Onderzoekers van het ‘Copernicus Instituut voor duurzame ontwikkeling’ hebben de belemmeringen voor een ‘natuurinclusieve landbouw’ op verzoek van LNV in beeld gebracht in een you-tube filmpje van 40 minuten. Ze stellen ook maatregelen voor om die belemmeringen weg te nemen. 

De Nederlandse veeteelt is heel productief, maar er zitten ook nadelen aan. Al in 2014 stelde de overheid het concept ‘natuurinclusieve landbouw‘ voor, en dat werd in 2018 omarmd door minister Schouten. Het blijkt lastig om dit in praktijk te brengen. In opdracht van het ministerie van LNV heeft het Copernicus Instituut de belemmeringen  in kaart gebracht. Ze richten zich op de grondgebonden veehouderij. Het is een systeemanalyse, d.w.z. het gaat om het hele systeem, ook om de regels die vanzelfsprekend worden gevonden, bijv. de exportoriëntatie. In dat opzicht is het bijvoorbeeld lastig dat ‘natuurinclusief’ leidt tot lagere opbrengsten. Het filmpje wordt ingesproken door Prof. Hens Runhaar en prof. Marko Hekkert.  

 

Hieronder een samenvatting,  met aangegeven op welke minuut de info te vinden is:

3 min. Bij natuurinclusief gaat het om drie peilers:  1. de zorg voor de natuur, 2 het gebruik van de natuur, 3 het sparen van de natuur. 

4 min.: Er zijn verschillende manieren om natuurinclusief in praktijk te brengen:

     a. minimaal (basiskwaliteit) : bijv.ruige mest, kruidenrijk grasland i.p.v. engels raaigras dat elke paar jaar vernieuwd wordt; lichtere machines,

     b.: voor het gebied specifieke maatregelen, die meestal door de overheid vergoed worden voor boeren in ‘kerngebieden’. Boeren passen dit meestal toe op een deel van het         perceel. 

     c.:  volledig geïntegreerd, met meerwaarde voor de boer: verbetering van de bodem, schaduw voor het vee, volledig grasgevoerd of met krachtvoer uit de buurt  (geen bodemgebruik in het buitenland). Het gaat hierbij om maatregelen die het hele perceel omvatten. 
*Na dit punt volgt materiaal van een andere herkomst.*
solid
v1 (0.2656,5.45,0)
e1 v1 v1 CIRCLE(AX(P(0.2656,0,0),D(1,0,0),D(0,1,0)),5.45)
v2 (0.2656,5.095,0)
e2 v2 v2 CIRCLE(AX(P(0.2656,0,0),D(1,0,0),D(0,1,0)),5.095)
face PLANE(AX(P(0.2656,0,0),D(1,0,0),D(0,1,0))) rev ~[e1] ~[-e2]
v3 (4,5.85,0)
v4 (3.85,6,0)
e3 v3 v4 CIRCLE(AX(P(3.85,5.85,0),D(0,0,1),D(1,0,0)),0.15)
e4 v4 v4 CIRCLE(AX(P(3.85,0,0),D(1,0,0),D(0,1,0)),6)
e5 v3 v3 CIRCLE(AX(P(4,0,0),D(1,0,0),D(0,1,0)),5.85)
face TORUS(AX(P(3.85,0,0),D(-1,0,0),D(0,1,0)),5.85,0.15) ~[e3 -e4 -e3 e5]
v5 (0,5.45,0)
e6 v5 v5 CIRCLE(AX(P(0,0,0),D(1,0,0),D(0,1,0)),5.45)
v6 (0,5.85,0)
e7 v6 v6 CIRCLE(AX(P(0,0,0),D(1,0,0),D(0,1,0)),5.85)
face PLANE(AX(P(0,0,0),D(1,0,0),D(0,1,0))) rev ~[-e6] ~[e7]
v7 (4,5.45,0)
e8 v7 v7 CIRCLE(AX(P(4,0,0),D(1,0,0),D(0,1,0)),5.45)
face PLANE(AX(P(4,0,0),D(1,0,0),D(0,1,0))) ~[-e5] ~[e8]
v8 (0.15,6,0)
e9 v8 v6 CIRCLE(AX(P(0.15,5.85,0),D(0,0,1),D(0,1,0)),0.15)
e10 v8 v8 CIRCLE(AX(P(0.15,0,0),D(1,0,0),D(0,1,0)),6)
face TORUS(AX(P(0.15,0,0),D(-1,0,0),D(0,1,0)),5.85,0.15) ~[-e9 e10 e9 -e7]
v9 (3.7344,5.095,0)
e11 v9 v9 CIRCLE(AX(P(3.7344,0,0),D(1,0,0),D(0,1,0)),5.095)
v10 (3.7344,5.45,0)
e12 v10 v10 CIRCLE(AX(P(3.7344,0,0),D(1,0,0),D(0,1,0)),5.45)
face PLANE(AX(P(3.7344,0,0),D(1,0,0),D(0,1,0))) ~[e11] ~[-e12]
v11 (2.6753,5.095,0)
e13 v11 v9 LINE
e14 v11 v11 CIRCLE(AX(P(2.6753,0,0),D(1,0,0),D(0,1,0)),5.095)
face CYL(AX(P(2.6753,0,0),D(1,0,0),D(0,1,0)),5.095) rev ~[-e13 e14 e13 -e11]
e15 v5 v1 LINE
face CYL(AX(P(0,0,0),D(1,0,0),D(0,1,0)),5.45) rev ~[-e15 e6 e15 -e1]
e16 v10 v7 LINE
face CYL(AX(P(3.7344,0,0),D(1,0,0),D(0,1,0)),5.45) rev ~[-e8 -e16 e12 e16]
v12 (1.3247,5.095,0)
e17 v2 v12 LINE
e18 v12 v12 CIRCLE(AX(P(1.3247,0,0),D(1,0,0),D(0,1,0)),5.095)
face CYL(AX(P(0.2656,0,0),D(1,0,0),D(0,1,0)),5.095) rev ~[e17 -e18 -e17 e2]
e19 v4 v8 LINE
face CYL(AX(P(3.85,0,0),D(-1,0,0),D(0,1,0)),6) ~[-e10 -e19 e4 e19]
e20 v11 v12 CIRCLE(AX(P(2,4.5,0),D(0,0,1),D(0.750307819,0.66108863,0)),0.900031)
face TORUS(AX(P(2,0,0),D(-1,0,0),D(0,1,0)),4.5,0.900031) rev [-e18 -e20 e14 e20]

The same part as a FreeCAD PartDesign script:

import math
import FreeCAD as App
import Part
import Sketcher
Q = App.Units.Quantity

doc = App.newDocument("Part")
body = doc.addObject("PartDesign::Body", "Body")

sketch1 = body.newObject("Sketcher::SketchObject", "Sketch")
sketch1.AttachmentSupport = (doc.getObject("XY_Plane"), [""])
sketch1.MapMode = "FlatFace"
sketch1.addGeometry([
    Part.LineSegment(App.Vector(0, 5.85, 0), App.Vector(0, 5.45, 0)),
    Part.LineSegment(App.Vector(0, 5.45, 0), App.Vector(0.27, 5.45, 0)),
    Part.LineSegment(App.Vector(0.27, 5.45, 0), App.Vector(0.27, 5.09, 0)),
    Part.LineSegment(App.Vector(0.27, 5.09, 0), App.Vector(1.32, 5.09, 0)),
    Part.ArcOfCircle(Part.Circle(App.Vector(2, 4.5, 0), App.Vector(0, 0, 1), 0.9), math.radians(41), math.radians(139)),
    Part.LineSegment(App.Vector(2.68, 5.09, 0), App.Vector(3.73, 5.09, 0)),
    Part.LineSegment(App.Vector(3.73, 5.09, 0), App.Vector(3.73, 5.45, 0)),
    Part.LineSegment(App.Vector(3.73, 5.45, 0), App.Vector(4, 5.45, 0)),
    Part.LineSegment(App.Vector(4, 5.45, 0), App.Vector(4, 5.85, 0)),
    Part.ArcOfCircle(Part.Circle(App.Vector(3.85, 5.85, 0), App.Vector(0, 0, 1), 0.15), math.radians(0), math.radians(90)),
    Part.LineSegment(App.Vector(3.85, 6, 0), App.Vector(0.15, 6, 0)),
    Part.ArcOfCircle(Part.Circle(App.Vector(0.15, 5.85, 0), App.Vector(0, 0, 1), 0.15), math.radians(90), math.radians(180)),
], False)
sketch1.addConstraint([
    Sketcher.Constraint("Coincident", 0, 2, 1, 1),
    Sketcher.Constraint("Coincident", 1, 2, 2, 1),
    Sketcher.Constraint("Coincident", 2, 2, 3, 1),
    Sketcher.Constraint("Coincident", 3, 2, 4, 2),
    Sketcher.Constraint("Coincident", 4, 1, 5, 1),
    Sketcher.Constraint("Coincident", 5, 2, 6, 1),
    Sketcher.Constraint("Coincident", 6, 2, 7, 1),
    Sketcher.Constraint("Coincident", 7, 2, 8, 1),
    Sketcher.Constraint("Tangent", 8, 2, 9, 1),
    Sketcher.Constraint("Tangent", 9, 2, 10, 1),
    Sketcher.Constraint("Tangent", 10, 2, 11, 1),
    Sketcher.Constraint("Tangent", 11, 2, 0, 1),
    Sketcher.Constraint("Vertical", 0),
    Sketcher.Constraint("Horizontal", 1),
    Sketcher.Constraint("Vertical", 2),
    Sketcher.Constraint("Horizontal", 3),
    Sketcher.Constraint("Horizontal", 5),
    Sketcher.Constraint("Vertical", 6),
    Sketcher.Constraint("Horizontal", 7),
    Sketcher.Constraint("Vertical", 8),
    Sketcher.Constraint("Horizontal", 10),
    Sketcher.Constraint("Equal", 9, 11),
    Sketcher.Constraint("PointOnObject", 0, 2, -2),
    Sketcher.Constraint("Horizontal", 3, 2, 4, 1),
    Sketcher.Constraint("Horizontal", 1, 2, 6, 2),
    Sketcher.Constraint("Equal", 3, 5),
    Sketcher.Constraint("Equal", 1, 7),
    Sketcher.Constraint("Radius", 4, Q("0.9 mm")),
    Sketcher.Constraint("Radius", 9, Q("0.15 mm")),
    Sketcher.Constraint("DistanceX", 10, 2, 10, 1, Q("3.7 mm")),
    Sketcher.Constraint("DistanceY", 0, 2, 0, 1, Q("0.4 mm")),
    Sketcher.Constraint("DistanceY", -1, 1, 9, 2, Q("6 mm")),
    Sketcher.Constraint("DistanceY", -1, 1, 4, 3, Q("4.5 mm")),
    Sketcher.Constraint("DistanceX", 3, 1, 3, 2, Q("1.059 mm")),
    Sketcher.Constraint("DistanceY", 2, 2, 2, 1, Q("0.355 mm")),
])
revolution = body.newObject("PartDesign::Revolution", "Revolution")
revolution.Profile = sketch1
revolution.ReferenceAxis = (sketch1, ["H_Axis"])
revolution.Angle = 360

doc.recompute()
6 min.: De onderzoekers gebruiken het door hen ontwikkelde analysekader ‘innovatiesysteem-analyse’. (Innovatie is een collectief proces. Functioneert  dat collectief goed? Ook als ondernemers? Wat zijn de onzekerheden in het proces? (Bijv. het vinden van nieuwe markten. Daarvoor zijn mensen en geld nodig.) Hoe overwin je weerstand? etc. Gegevens werden verzameld uit rapporten en media, en uit expert meetings. 
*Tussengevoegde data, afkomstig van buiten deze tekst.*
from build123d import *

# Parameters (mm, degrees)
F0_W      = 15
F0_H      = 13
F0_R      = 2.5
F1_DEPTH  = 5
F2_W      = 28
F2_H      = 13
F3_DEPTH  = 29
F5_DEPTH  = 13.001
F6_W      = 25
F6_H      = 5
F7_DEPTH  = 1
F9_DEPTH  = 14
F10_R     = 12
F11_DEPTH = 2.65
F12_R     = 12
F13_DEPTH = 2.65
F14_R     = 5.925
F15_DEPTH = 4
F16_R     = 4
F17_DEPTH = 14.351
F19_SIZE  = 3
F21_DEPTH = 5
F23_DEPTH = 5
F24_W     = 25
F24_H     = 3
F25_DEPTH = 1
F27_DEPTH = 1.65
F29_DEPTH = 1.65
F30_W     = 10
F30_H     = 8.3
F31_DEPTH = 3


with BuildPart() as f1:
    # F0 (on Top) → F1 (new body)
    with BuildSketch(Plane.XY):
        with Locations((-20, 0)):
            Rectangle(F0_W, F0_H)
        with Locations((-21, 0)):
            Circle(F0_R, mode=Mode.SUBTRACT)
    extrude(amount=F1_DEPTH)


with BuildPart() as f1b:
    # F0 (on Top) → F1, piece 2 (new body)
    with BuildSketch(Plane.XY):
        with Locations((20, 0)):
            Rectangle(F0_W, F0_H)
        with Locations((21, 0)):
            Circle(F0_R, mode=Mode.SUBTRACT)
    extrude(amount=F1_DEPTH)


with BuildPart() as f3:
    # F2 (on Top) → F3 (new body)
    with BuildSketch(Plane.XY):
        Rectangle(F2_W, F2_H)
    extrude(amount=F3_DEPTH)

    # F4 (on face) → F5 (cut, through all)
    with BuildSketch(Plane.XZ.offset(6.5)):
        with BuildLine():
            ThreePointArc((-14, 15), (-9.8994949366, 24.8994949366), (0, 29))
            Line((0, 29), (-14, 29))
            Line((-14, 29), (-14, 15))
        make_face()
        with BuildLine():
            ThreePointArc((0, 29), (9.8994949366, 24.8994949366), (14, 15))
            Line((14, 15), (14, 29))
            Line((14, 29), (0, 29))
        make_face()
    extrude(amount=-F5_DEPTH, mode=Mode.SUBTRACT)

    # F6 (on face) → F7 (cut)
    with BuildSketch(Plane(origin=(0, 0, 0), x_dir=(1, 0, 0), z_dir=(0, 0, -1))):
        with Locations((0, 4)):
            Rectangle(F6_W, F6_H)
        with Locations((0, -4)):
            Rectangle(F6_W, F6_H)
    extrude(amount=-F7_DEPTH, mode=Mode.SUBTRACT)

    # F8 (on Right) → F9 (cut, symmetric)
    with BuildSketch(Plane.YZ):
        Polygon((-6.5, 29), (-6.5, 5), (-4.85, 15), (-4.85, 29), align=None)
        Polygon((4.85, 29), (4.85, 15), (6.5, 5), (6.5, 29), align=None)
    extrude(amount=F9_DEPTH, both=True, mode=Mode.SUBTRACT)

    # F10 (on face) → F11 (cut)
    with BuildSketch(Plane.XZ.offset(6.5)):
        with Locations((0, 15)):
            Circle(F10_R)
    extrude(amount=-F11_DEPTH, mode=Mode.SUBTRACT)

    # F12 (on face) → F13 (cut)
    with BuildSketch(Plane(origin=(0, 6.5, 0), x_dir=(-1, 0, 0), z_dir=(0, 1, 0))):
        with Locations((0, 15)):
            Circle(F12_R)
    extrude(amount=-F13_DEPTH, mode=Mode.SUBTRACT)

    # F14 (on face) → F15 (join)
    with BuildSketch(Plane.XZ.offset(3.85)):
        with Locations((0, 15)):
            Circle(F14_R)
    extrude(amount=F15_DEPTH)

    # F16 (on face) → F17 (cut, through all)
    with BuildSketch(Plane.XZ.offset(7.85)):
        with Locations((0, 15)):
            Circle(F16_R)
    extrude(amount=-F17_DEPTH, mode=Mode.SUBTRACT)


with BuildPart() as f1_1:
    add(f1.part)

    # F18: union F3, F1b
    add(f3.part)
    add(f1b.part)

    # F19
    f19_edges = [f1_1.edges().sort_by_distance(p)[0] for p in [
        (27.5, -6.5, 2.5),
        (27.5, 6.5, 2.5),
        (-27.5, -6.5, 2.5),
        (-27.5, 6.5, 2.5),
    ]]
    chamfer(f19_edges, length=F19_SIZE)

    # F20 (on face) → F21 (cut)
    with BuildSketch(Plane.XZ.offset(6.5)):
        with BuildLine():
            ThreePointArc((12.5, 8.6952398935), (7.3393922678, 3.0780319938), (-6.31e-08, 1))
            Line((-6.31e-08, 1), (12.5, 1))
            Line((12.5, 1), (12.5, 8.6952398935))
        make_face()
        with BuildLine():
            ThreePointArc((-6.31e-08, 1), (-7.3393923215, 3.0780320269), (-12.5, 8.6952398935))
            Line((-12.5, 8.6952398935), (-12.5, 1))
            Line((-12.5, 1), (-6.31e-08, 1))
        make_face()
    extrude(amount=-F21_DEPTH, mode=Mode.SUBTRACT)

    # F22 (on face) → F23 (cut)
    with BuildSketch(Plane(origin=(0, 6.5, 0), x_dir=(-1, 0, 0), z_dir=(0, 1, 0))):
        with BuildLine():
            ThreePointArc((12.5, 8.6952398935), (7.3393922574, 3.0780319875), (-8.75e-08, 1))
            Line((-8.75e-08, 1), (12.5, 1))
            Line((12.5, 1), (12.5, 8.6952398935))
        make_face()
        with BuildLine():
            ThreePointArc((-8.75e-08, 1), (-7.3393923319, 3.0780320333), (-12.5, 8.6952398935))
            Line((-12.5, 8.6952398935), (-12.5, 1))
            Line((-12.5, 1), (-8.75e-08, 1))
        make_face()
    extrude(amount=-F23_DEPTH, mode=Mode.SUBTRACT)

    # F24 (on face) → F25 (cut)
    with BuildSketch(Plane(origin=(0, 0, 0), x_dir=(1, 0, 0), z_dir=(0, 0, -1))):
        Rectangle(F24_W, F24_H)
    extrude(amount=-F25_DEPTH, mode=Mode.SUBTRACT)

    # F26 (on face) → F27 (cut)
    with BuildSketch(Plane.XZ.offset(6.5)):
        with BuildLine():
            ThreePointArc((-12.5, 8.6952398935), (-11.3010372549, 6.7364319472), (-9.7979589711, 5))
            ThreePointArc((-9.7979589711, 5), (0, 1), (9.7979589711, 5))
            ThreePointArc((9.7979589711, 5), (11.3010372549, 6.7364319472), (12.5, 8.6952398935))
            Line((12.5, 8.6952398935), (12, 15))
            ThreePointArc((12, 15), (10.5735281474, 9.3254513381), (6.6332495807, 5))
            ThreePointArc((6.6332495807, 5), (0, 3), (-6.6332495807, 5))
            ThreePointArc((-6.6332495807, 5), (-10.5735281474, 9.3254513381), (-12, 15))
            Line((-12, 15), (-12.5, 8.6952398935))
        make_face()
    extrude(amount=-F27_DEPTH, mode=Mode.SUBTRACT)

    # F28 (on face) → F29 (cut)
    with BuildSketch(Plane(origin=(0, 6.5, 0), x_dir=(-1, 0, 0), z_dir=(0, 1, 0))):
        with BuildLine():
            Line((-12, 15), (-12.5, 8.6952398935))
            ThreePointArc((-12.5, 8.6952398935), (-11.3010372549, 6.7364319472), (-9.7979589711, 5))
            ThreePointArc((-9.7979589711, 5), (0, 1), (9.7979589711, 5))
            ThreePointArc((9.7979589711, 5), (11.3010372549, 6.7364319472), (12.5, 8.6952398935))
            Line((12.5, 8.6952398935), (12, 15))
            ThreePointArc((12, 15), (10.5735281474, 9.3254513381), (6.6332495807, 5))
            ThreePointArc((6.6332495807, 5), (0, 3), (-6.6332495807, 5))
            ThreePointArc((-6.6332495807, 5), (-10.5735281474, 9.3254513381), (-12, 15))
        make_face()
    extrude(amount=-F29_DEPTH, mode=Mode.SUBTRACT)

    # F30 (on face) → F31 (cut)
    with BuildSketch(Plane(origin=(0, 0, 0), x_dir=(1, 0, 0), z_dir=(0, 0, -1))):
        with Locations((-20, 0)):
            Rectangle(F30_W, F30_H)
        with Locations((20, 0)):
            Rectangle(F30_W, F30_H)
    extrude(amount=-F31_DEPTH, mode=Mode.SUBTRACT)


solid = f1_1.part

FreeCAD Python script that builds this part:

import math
import FreeCAD as App
import Part
import Sketcher
from FreeCAD import Vector
Q = App.Units.Quantity


def edges_at(feature, points):
    """Names of the edges that pass closest to the given points."""
    edges = feature.Shape.Edges
    near = lambda p: min(range(len(edges)), key=lambda i: edges[i].distToShape(Part.Vertex(*p))[0])
    return sorted({f"Edge{near(p) + 1}" for p in points})


def add_polygon(sketch, points):
    """Adds a closed chain of lines whose ends are joined by coincident constraints."""
    first, n = sketch.GeometryCount, len(points)
    for a, b in zip(points, points[1:] + points[:1]):
        sketch.addGeometry(Part.LineSegment(App.Vector(*a, 0), App.Vector(*b, 0)), False)
    for i in range(n):
        sketch.addConstraint(Sketcher.Constraint("Coincident", first + i, 2, first + (i + 1) % n, 1))

doc = App.newDocument("Part")
body = doc.addObject("PartDesign::Body", "Body")

sketch1 = doc.addObject("Sketcher::SketchObject", "Sketch")
body.addObject(sketch1)
sketch1.AttachmentSupport = (doc.XY_Plane, [""])
sketch1.MapMode = "FlatFace"
add_polygon(sketch1, [(-27.5, 6.5), (-27.5, -6.5), (-12.5, -6.5), (-12.5, 6.5)])
sketch1.addGeometry(Part.Circle(Vector(-21, 0, 0), Vector(0, 0, 1), 2.5), False)
sketch1.addConstraint([
    Sketcher.Constraint("Vertical", 0),
    Sketcher.Constraint("Horizontal", 1),
    Sketcher.Constraint("Vertical", 2),
    Sketcher.Constraint("Horizontal", 3),
    Sketcher.Constraint("PointOnObject", 4, 3, -1),
    Sketcher.Constraint("Diameter", 4, Q("5 mm")),
    Sketcher.Constraint("DistanceX", 1, 1, 1, 2, Q("15 mm")),
    Sketcher.Constraint("DistanceY", 0, 2, 0, 1, Q("13 mm")),
    Sketcher.Constraint("DistanceX", 4, 3, -1, 1, Q("21 mm")),
    Sketcher.Constraint("DistanceX", 0, 2, -1, 1, Q("27.5 mm")),
    Sketcher.Constraint("DistanceY", 0, 2, -1, 1, Q("6.5 mm")),
])
pad1 = doc.addObject("PartDesign::Pad", "Pad")
body.addObject(pad1)
pad1.Profile = sketch1
pad1.Length = 5
body2 = doc.addObject("PartDesign::Body", "Body001")

sketch2 = doc.addObject("Sketcher::SketchObject", "Sketch001")
body2.addObject(sketch2)
sketch2.AttachmentSupport = (doc.getObject("XY_Plane001"), [""])
sketch2.MapMode = "FlatFace"
add_polygon(sketch2, [(12.5, 6.5), (12.5, -6.5), (27.5, -6.5), (27.5, 6.5)])
sketch2.addGeometry(Part.Circle(Vector(21, 0, 0), Vector(0, 0, 1), 2.5), False)
sketch2.addConstraint([
    Sketcher.Constraint("Vertical", 0),
    Sketcher.Constraint("Horizontal", 1),
    Sketcher.Constraint("Vertical", 2),
    Sketcher.Constraint("Horizontal", 3),
    Sketcher.Constraint("PointOnObject", 4, 3, -1),
    Sketcher.Constraint("Diameter", 4, Q("5 mm")),
    Sketcher.Constraint("DistanceX", 1, 1, 1, 2, Q("15 mm")),
    Sketcher.Constraint("DistanceY", 0, 2, 0, 1, Q("13 mm")),
    Sketcher.Constraint("DistanceX", -1, 1, 4, 3, Q("21 mm")),
    Sketcher.Constraint("DistanceX", -1, 1, 0, 2, Q("12.5 mm")),
    Sketcher.Constraint("DistanceY", 0, 2, -1, 1, Q("6.5 mm")),
])
pad2 = doc.addObject("PartDesign::Pad", "Pad001")
body2.addObject(pad2)
pad2.Profile = sketch2
pad2.Length = 5
body3 = doc.addObject("PartDesign::Body", "Body002")

sketch3 = doc.addObject("Sketcher::SketchObject", "Sketch002")
body3.addObject(sketch3)
sketch3.AttachmentSupport = (doc.getObject("XY_Plane002"), [""])
sketch3.MapMode = "FlatFace"
add_polygon(sketch3, [(-14, 6), (-14, -6), (14, -6), (14, 6)])
sketch3.addConstraint([
    Sketcher.Constraint("Vertical", 0),
    Sketcher.Constraint("Horizontal", 1),
    Sketcher.Constraint("Vertical", 2),
    Sketcher.Constraint("Horizontal", 3),
    Sketcher.Constraint("Symmetric", 0, 2, 2, 2, -1, 1),
    Sketcher.Constraint("DistanceX", 1, 1, 1, 2, Q("28 mm")),
    Sketcher.Constraint("DistanceY", 0, 2, 0, 1, Q("13 mm")),
])
pad3 = doc.addObject("PartDesign::Pad", "Pad002")
body3.addObject(pad3)
pad3.Profile = sketch3
pad3.Length = 29

sketch4 = doc.addObject("Sketcher::SketchObject", "Sketch003")
body3.addObject(sketch4)
sketch4.AttachmentSupport = (doc.getObject("XZ_Plane002"), [""])
sketch4.MapMode = "FlatFace"
sketch4.AttachmentOffset = App.Placement(Vector(0, 0, 6.5), App.Rotation())
sketch4.addGeometry([
    Part.ArcOfCircle(Part.Circle(Vector(0, 15, 0), Vector(0, 0, 1), 14), math.radians(90), math.radians(180)),
    Part.LineSegment(Vector(0, 29, 0), Vector(-14, 29, 0)),
    Part.LineSegment(Vector(-14, 29, 0), Vector(-14, 15, 0)),
    Part.ArcOfCircle(Part.Circle(Vector(0, 15, 0), Vector(0, 0, 1), 14), math.radians(0), math.radians(90)),
    Part.LineSegment(Vector(14, 15, 0), Vector(14, 29, 0)),
    Part.LineSegment(Vector(14, 29, 0), Vector(0, 29, 0)),
], False)
sketch4.addConstraint([
    Sketcher.Constraint("Tangent", 0, 1, 1, 1),
    Sketcher.Constraint("Coincident", 1, 2, 2, 1),
    Sketcher.Constraint("Tangent", 2, 2, 0, 2),
    Sketcher.Constraint("Tangent", 3, 1, 4, 1),
    Sketcher.Constraint("Coincident", 4, 2, 5, 1),
    Sketcher.Constraint("Tangent", 5, 2, 3, 2),
    Sketcher.Constraint("Horizontal", 1),
    Sketcher.Constraint("Vertical", 2),
    Sketcher.Constraint("Vertical", 4),
    Sketcher.Constraint("Horizontal", 5),
    Sketcher.Constraint("Coincident", 3, 3, 0, 3),
    Sketcher.Constraint("Equal", 0, 3),
    Sketcher.Constraint("PointOnObject", 0, 3, -2),
    Sketcher.Constraint("Radius", 0, Q("14 mm")),
    Sketcher.Constraint("DistanceY", -1, 1, 0, 3, Q("15 mm")),
])
pocket1 = doc.addObject("PartDesign::Pocket", "Pocket")
body3.addObject(pocket1)
pocket1.Profile = sketch4
pocket1.Type = "ThroughAll"

sketch5 = doc.addObject("Sketcher::SketchObject", "Sketch004")
body3.addObject(sketch5)
sketch5.AttachmentSupport = (doc.getObject("XY_Plane002"), [""])
sketch5.MapMode = "FlatFace"
add_polygon(sketch5, [(-12, -6), (-12, -2), (12, -2), (12, -6)])
add_polygon(sketch5, [(-12, 2), (-12, 6), (12, 6), (12, 2)])
sketch5.addConstraint([
    Sketcher.Constraint("Vertical", 0),
    Sketcher.Constraint("Horizontal", 1),
    Sketcher.Constraint("Vertical", 2),
    Sketcher.Constraint("Horizontal", 3),
    Sketcher.Constraint("Vertical", 4),
    Sketcher.Constraint("Horizontal", 5),
    Sketcher.Constraint("Vertical", 6),
    Sketcher.Constraint("Horizontal", 7),
    Sketcher.Constraint("Symmetric", 2, 2, 4, 2, -1, 1),
    Sketcher.Constraint("Symmetric", 0, 2, 6, 2, -1, 1),
    Sketcher.Constraint("Vertical", 3, 2, 4, 2),
    Sketcher.Constraint("DistanceX", 1, 1, 1, 2, Q("25 mm")),
    Sketcher.Constraint("DistanceY", 0, 1, 0, 2, Q("5 mm")),
    Sketcher.Constraint("DistanceY", 0, 2, 4, 2, Q("8 mm")),
])
pocket2 = doc.addObject("PartDesign::Pocket", "Pocket001")
body3.addObject(pocket2)
pocket2.Profile = sketch5
pocket2.Length = 1
pocket2.Reversed = True

sketch6 = doc.addObject("Sketcher::SketchObject", "Sketch005")
body3.addObject(sketch6)
sketch6.AttachmentSupport = (doc.getObject("YZ_Plane002"), [""])
sketch6.MapMode = "FlatFace"
add_polygon(sketch6, [(-6.5, 29), (-6.5, 5), (-4.8, 15), (-4.8, 29)])
add_polygon(sketch6, [(4.8, 29), (4.8, 15), (6.5, 5), (6.5, 29)])
sketch6.addConstraint([
    Sketcher.Constraint("Vertical", 0),
    Sketcher.Constraint("Vertical", 2),
    Sketcher.Constraint("Horizontal", 3),
    Sketcher.Constraint("Vertical", 4),
    Sketcher.Constraint("Vertical", 6),
    Sketcher.Constraint("Horizontal", 7),
    Sketcher.Constraint("Symmetric", 1, 2, 4, 2, -2),
    Sketcher.Constraint("Symmetric", 0, 2, 5, 2, -2),
    Sketcher.Constraint("Horizontal", 3, 2, 6, 2),
    Sketcher.Constraint("DistanceY", 0, 2, 0, 1, Q("24 mm")),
10 min.:Erisman en Verhoeven verdelen de boeren in 3 groepen:    topje van de pyramide, 10% zijn koplopers: geheel of gedeeltelijk natuurinclusief,  6 à 10 %Aan de basis van de pyramide: de groep die echt niet gaat veranderen. De tussengroep (‘het peloton’) : nemen een deel van de maatregelen, bijv. aan de randen  van het bedrijf.

11 minuten: ‘het peloton’ verder uitgesplitst. De helft van hen past minder of geen maatregelen toe. Ze willen wel, mits er een vergoeding tegenover staat. (Maar sinds de stikstofcrisis lijkt te wil tot veranderen te verminderen, van de helft naar  slechts een derde. ) 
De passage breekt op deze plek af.